É bem verdade que a expectativa do torcedor do Internacional era de chegar ao fim de 2019 voltando a soltar o grito de campeão seja no âmbito estadual como nacional ou mesmo continental. Algo que, aliás, acabou "batendo na trave" nas finais do Gauchão (derrota nos pênaltis para o Grêmio) e da Copa do Brasil quando acabou vendo a conquista em pleno Beira-Rio ir para o Athletico-PR.

?Todavia, dentro do ano que também contou com a troca de comando técnico onde Odair Hellmann deu lugar a Zé Ricardo que também não deve ficar estando próxima a oficialização do argentino Eduardo Coudet, um dos nomes que parece ter ficado "blindado" a essa variação de emoções foi o zagueiro argentino Víctor Cuesta.

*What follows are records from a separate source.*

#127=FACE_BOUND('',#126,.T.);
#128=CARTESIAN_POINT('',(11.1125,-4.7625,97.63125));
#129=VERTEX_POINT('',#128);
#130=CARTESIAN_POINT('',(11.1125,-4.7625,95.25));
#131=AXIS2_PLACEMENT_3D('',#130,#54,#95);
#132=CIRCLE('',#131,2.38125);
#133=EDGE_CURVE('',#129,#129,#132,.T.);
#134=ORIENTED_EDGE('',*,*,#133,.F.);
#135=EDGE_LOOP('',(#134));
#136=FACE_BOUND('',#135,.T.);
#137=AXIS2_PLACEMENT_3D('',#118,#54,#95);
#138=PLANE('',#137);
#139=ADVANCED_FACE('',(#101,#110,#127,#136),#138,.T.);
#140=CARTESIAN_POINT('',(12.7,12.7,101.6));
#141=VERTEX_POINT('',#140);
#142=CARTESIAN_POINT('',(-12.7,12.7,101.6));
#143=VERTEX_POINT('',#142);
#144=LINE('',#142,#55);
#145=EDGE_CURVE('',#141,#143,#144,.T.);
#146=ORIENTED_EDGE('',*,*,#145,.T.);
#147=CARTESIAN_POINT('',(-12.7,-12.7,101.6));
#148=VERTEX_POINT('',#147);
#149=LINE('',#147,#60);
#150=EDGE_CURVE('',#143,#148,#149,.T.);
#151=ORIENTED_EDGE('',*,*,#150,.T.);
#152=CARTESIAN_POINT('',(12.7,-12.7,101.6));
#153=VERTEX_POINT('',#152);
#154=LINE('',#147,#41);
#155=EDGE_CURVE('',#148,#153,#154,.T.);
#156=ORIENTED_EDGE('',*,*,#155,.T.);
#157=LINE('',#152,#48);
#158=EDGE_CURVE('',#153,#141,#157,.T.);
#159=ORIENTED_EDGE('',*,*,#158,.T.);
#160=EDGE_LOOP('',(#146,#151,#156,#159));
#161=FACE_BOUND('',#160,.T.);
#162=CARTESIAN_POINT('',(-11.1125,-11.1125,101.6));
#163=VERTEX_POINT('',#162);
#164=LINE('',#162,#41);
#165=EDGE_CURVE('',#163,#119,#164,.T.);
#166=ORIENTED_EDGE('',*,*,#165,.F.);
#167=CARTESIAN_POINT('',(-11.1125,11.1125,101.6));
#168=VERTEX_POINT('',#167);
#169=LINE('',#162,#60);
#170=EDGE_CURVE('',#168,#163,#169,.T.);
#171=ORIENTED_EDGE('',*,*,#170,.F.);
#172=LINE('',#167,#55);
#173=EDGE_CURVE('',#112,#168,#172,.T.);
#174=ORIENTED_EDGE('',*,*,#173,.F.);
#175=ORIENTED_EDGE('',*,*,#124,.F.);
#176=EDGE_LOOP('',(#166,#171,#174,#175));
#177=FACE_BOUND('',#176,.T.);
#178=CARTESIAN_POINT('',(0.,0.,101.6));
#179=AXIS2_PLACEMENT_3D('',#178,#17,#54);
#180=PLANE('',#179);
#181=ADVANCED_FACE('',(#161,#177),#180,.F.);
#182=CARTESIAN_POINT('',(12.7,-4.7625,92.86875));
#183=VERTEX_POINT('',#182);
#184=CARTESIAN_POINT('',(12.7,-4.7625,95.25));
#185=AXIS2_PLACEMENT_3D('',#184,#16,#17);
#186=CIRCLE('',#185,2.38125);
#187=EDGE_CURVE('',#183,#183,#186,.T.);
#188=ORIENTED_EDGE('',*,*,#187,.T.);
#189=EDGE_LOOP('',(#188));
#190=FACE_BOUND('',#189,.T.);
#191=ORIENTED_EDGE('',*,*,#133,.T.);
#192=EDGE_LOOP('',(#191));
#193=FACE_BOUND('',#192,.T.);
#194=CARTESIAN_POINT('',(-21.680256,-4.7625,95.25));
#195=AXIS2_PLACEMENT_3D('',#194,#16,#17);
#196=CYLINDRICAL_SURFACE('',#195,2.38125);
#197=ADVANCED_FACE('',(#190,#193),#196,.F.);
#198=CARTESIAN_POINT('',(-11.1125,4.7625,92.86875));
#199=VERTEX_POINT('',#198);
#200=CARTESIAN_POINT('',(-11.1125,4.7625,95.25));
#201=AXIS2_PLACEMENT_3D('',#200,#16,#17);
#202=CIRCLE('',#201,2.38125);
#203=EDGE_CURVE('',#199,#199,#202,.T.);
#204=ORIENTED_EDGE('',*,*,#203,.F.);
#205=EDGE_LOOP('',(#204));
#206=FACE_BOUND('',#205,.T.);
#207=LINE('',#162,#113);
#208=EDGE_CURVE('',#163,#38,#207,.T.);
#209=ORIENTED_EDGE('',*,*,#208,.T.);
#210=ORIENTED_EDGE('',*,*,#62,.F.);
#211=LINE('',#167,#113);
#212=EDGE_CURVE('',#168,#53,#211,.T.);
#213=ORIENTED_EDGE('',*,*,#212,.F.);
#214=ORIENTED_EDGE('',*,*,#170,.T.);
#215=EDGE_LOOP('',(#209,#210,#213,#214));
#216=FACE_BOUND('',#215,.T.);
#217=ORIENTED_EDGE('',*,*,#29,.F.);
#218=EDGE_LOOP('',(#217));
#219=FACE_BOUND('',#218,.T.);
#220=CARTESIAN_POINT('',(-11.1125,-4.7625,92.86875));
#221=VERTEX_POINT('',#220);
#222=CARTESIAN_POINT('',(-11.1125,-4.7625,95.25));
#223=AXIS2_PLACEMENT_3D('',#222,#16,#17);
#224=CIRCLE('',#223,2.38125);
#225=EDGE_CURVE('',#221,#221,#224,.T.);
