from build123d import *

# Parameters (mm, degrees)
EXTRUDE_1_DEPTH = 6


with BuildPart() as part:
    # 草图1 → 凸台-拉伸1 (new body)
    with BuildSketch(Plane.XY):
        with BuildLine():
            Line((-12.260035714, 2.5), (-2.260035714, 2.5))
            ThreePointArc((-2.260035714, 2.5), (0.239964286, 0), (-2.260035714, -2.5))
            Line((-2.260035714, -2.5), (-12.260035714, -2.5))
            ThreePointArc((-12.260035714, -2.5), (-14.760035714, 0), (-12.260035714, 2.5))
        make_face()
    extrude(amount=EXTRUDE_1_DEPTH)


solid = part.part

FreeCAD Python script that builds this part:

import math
import FreeCAD as App
import Part
import Sketcher

V = App.Vector

doc = App.newDocument("Part")
body = doc.addObject("PartDesign::Body", "Body")

sketch1 = body.newObject("Sketcher::SketchObject", "Sketch")
sketch1.AttachmentSupport = (doc.getObject("XY_Plane"), [""])
sketch1.MapMode = "FlatFace"
sketch1.addGeometry([
    Part.LineSegment(V(-2.3, 2.5, 0), V(-12.3, 2.5, 0)),
    Part.ArcOfCircle(Part.Circle(V(-12.3, 0, 0), V(0, 0, 1), 2.5), math.radians(90), math.radians(270)),
    Part.LineSegment(V(-12.3, -2.5, 0), V(-2.3, -2.5, 0)),
    Part.ArcOfCircle(Part.Circle(V(-2.3, 0, 0), V(0, 0, 1), 2.5), math.radians(-90), math.radians(90)),
], False)
sketch1.addConstraint([
    Sketcher.Constraint("Tangent", 0, 2, 1, 1),
    Sketcher.Constraint("Tangent", 1, 2, 2, 1),
    Sketcher.Constraint("Tangent", 2, 2, 3, 1),
    Sketcher.Constraint("Tangent", 3, 2, 0, 1),
    Sketcher.Constraint("Horizontal", 0),
    Sketcher.Constraint("Horizontal", 2),
    Sketcher.Constraint("PointOnObject", 1, 3, -1),
    Sketcher.Constraint("Radius", 1, 2.5),
    Sketcher.Constraint("DistanceX", 0, 2, 0, 1, 10.0),
    Sketcher.Constraint("DistanceX", 1, 3, -1, 1, 12.260036),
])
pad1 = body.newObject("PartDesign::Pad", "Pad")
pad1.Profile = sketch1
pad1.Length = 6

doc.recompute()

Tendo chegado em 2017 ao Colorado, ano onde o clube lutava para retornar a elite do futebol nacional, o jogador formado no Arsenal de Sarandí sempre demonstrou qualidade técnica e tempo de bola capazes de solidificar sua posição com autoridade. Já havia sido assim no seu primeiro ano, manteve o nível em 2018 e, na temporada que se encerrou no último domingo (8), não foi diferente.

Ao lado de outro jogador que também foi extremamente regular, Rodrigo Moledo, chegou a formar uma dupla de zaga que apresentava capacidade de rivalizar com a do maior rival (Geromel e Kannemann) sem deixar nada a desejar em segurança e eficiência.

Fato é que muitas coisas podem mudar no que se refere a chegada de Coudet e do que pode ser feito na formatação do elenco entre chegadas e saídas. Porém, se existe uma peça no elenco do Internacional que pode se sentir segura mediante ao futebol apresentado, essa peça é Víctor Cuesta.